Copy verbatim the block of lines in the entries below whose first line contains "#17=DIRECTION('',(0.,-1.,0.));" and whose last line contains "#69=FACE_BOUND('',#68,.T.);". Leave out all other lines.

BEGIN RECORDS

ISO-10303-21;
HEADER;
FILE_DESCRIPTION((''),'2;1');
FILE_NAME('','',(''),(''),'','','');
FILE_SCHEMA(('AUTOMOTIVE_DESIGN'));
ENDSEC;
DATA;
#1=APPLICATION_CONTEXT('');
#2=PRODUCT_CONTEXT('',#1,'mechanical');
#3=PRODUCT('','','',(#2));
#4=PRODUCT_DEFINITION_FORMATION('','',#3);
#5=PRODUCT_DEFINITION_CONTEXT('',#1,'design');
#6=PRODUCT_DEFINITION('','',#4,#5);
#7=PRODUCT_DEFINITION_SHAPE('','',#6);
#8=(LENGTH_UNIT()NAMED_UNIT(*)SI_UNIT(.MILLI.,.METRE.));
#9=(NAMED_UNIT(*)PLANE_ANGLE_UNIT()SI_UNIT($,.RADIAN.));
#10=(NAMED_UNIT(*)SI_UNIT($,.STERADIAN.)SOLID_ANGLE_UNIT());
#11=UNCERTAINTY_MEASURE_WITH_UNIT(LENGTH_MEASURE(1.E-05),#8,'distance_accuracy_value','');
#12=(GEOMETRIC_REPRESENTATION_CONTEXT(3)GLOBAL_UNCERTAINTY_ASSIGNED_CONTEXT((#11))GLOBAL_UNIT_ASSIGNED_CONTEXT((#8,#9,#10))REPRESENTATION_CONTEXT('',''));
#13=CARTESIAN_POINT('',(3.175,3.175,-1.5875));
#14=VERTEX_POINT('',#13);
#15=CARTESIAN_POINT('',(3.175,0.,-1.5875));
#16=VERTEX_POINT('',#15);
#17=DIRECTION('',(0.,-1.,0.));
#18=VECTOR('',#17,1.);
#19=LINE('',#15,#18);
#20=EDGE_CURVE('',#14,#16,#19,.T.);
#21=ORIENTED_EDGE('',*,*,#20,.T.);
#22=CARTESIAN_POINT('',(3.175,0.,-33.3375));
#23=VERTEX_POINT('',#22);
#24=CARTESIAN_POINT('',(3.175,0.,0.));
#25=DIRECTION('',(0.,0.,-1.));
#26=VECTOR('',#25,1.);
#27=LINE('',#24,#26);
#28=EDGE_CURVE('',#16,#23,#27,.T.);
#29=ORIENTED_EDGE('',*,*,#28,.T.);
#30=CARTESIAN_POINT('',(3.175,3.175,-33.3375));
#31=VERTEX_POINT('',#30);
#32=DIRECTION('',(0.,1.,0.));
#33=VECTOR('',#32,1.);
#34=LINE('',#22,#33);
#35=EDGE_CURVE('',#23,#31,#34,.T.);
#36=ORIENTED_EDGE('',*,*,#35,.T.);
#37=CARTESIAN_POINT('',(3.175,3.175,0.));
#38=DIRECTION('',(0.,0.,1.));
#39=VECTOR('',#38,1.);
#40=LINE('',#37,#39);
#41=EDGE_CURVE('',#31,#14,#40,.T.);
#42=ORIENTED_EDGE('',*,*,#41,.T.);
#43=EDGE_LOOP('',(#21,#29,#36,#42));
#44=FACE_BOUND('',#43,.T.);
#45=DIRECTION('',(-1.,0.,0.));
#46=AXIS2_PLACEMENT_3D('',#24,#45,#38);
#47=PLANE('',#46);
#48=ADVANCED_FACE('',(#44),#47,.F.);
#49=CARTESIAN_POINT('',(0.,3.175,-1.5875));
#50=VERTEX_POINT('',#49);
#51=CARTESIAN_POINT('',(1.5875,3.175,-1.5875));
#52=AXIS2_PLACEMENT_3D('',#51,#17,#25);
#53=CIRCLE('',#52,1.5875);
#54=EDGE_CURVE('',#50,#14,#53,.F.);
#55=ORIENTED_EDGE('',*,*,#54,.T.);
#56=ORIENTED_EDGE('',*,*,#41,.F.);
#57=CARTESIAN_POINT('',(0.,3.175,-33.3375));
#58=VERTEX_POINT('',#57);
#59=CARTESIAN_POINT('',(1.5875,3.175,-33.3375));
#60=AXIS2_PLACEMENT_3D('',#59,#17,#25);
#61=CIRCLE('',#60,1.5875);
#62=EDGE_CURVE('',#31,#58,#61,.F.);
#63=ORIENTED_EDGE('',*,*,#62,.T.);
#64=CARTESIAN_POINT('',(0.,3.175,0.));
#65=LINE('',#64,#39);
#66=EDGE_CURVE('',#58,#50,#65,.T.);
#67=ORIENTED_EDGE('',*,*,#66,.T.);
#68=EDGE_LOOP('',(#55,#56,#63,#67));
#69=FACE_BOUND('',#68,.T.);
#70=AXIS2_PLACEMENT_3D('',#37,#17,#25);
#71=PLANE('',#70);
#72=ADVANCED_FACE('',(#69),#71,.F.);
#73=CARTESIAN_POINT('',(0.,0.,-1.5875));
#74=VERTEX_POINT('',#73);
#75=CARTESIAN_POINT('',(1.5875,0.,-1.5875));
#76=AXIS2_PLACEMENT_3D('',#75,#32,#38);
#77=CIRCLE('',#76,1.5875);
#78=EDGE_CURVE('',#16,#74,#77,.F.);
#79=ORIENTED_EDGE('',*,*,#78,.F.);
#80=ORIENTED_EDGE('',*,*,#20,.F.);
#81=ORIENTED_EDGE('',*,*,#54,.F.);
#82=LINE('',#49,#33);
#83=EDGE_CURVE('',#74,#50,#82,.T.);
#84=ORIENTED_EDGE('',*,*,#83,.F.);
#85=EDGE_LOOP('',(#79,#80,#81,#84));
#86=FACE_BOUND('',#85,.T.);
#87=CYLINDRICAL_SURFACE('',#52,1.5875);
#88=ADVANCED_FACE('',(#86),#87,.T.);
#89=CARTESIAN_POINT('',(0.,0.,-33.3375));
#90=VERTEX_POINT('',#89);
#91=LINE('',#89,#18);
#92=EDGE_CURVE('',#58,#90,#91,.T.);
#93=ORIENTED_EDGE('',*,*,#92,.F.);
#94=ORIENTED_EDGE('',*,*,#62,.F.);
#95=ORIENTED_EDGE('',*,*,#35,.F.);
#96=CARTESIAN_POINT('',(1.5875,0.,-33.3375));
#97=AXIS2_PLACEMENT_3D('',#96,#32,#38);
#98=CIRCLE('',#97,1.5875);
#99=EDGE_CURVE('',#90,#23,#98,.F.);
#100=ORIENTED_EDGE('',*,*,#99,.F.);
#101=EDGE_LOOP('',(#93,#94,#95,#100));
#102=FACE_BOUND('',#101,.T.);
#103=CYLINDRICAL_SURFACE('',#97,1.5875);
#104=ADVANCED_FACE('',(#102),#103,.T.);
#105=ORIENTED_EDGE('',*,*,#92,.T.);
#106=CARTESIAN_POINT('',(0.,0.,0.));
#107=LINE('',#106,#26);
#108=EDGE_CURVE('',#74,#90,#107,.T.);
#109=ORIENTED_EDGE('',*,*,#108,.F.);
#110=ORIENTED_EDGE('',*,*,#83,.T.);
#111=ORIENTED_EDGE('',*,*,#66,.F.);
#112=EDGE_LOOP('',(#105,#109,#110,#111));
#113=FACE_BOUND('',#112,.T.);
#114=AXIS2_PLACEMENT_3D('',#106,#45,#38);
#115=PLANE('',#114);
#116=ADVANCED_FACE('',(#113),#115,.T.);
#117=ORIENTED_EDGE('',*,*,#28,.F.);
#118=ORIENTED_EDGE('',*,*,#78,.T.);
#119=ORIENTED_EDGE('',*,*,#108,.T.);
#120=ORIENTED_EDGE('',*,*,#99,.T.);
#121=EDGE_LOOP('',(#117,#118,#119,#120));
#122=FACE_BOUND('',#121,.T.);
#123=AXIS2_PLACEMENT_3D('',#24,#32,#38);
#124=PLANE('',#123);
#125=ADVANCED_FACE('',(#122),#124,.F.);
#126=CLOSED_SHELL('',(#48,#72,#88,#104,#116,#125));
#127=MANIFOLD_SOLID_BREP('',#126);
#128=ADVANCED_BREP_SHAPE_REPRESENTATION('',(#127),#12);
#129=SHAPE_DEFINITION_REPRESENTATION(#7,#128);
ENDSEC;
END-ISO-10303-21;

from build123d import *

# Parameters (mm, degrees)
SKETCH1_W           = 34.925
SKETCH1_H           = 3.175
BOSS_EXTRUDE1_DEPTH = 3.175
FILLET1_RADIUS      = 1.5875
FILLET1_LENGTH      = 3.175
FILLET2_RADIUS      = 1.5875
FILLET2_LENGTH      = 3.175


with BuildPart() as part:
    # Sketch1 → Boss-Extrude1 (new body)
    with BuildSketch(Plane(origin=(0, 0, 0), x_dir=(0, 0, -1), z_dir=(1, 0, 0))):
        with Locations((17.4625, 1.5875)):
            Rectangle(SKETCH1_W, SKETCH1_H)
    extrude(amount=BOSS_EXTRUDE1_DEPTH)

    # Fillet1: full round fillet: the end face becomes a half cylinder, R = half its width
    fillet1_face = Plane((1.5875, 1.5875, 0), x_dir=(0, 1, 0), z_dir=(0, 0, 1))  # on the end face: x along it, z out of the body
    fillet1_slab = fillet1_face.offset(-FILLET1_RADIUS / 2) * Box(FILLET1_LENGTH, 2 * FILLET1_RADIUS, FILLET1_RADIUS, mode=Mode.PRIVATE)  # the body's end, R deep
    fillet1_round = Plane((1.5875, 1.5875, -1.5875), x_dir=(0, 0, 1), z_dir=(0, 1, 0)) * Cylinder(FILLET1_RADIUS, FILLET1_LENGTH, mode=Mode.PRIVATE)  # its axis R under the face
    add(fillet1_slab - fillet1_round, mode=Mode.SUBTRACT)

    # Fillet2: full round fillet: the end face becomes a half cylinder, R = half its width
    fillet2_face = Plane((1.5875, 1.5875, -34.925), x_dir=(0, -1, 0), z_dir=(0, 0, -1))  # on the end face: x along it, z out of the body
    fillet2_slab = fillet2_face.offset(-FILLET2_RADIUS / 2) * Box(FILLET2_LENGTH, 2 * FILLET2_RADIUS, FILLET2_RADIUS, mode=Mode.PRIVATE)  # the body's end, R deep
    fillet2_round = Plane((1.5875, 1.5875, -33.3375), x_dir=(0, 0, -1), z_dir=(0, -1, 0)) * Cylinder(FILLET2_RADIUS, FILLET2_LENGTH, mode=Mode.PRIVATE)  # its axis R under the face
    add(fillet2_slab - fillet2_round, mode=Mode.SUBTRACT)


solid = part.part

END RECORDS

§ **ANSWER BOX**:
#17=DIRECTION('',(0.,-1.,0.));
#18=VECTOR('',#17,1.);
#19=LINE('',#15,#18);
#20=EDGE_CURVE('',#14,#16,#19,.T.);
#21=ORIENTED_EDGE('',*,*,#20,.T.);
#22=CARTESIAN_POINT('',(3.175,0.,-33.3375));
#23=VERTEX_POINT('',#22);
#24=CARTESIAN_POINT('',(3.175,0.,0.));
#25=DIRECTION('',(0.,0.,-1.));
#26=VECTOR('',#25,1.);
#27=LINE('',#24,#26);
#28=EDGE_CURVE('',#16,#23,#27,.T.);
#29=ORIENTED_EDGE('',*,*,#28,.T.);
#30=CARTESIAN_POINT('',(3.175,3.175,-33.3375));
#31=VERTEX_POINT('',#30);
#32=DIRECTION('',(0.,1.,0.));
#33=VECTOR('',#32,1.);
#34=LINE('',#22,#33);
#35=EDGE_CURVE('',#23,#31,#34,.T.);
#36=ORIENTED_EDGE('',*,*,#35,.T.);
#37=CARTESIAN_POINT('',(3.175,3.175,0.));
#38=DIRECTION('',(0.,0.,1.));
#39=VECTOR('',#38,1.);
#40=LINE('',#37,#39);
#41=EDGE_CURVE('',#31,#14,#40,.T.);
#42=ORIENTED_EDGE('',*,*,#41,.T.);
#43=EDGE_LOOP('',(#21,#29,#36,#42));
#44=FACE_BOUND('',#43,.T.);
#45=DIRECTION('',(-1.,0.,0.));
#46=AXIS2_PLACEMENT_3D('',#24,#45,#38);
#47=PLANE('',#46);
#48=ADVANCED_FACE('',(#44),#47,.F.);
#49=CARTESIAN_POINT('',(0.,3.175,-1.5875));
#50=VERTEX_POINT('',#49);
#51=CARTESIAN_POINT('',(1.5875,3.175,-1.5875));
#52=AXIS2_PLACEMENT_3D('',#51,#17,#25);
#53=CIRCLE('',#52,1.5875);
#54=EDGE_CURVE('',#50,#14,#53,.F.);
#55=ORIENTED_EDGE('',*,*,#54,.T.);
#56=ORIENTED_EDGE('',*,*,#41,.F.);
#57=CARTESIAN_POINT('',(0.,3.175,-33.3375));
#58=VERTEX_POINT('',#57);
#59=CARTESIAN_POINT('',(1.5875,3.175,-33.3375));
#60=AXIS2_PLACEMENT_3D('',#59,#17,#25);
#61=CIRCLE('',#60,1.5875);
#62=EDGE_CURVE('',#31,#58,#61,.F.);
#63=ORIENTED_EDGE('',*,*,#62,.T.);
#64=CARTESIAN_POINT('',(0.,3.175,0.));
#65=LINE('',#64,#39);
#66=EDGE_CURVE('',#58,#50,#65,.T.);
#67=ORIENTED_EDGE('',*,*,#66,.T.);
#68=EDGE_LOOP('',(#55,#56,#63,#67));
#69=FACE_BOUND('',#68,.T.);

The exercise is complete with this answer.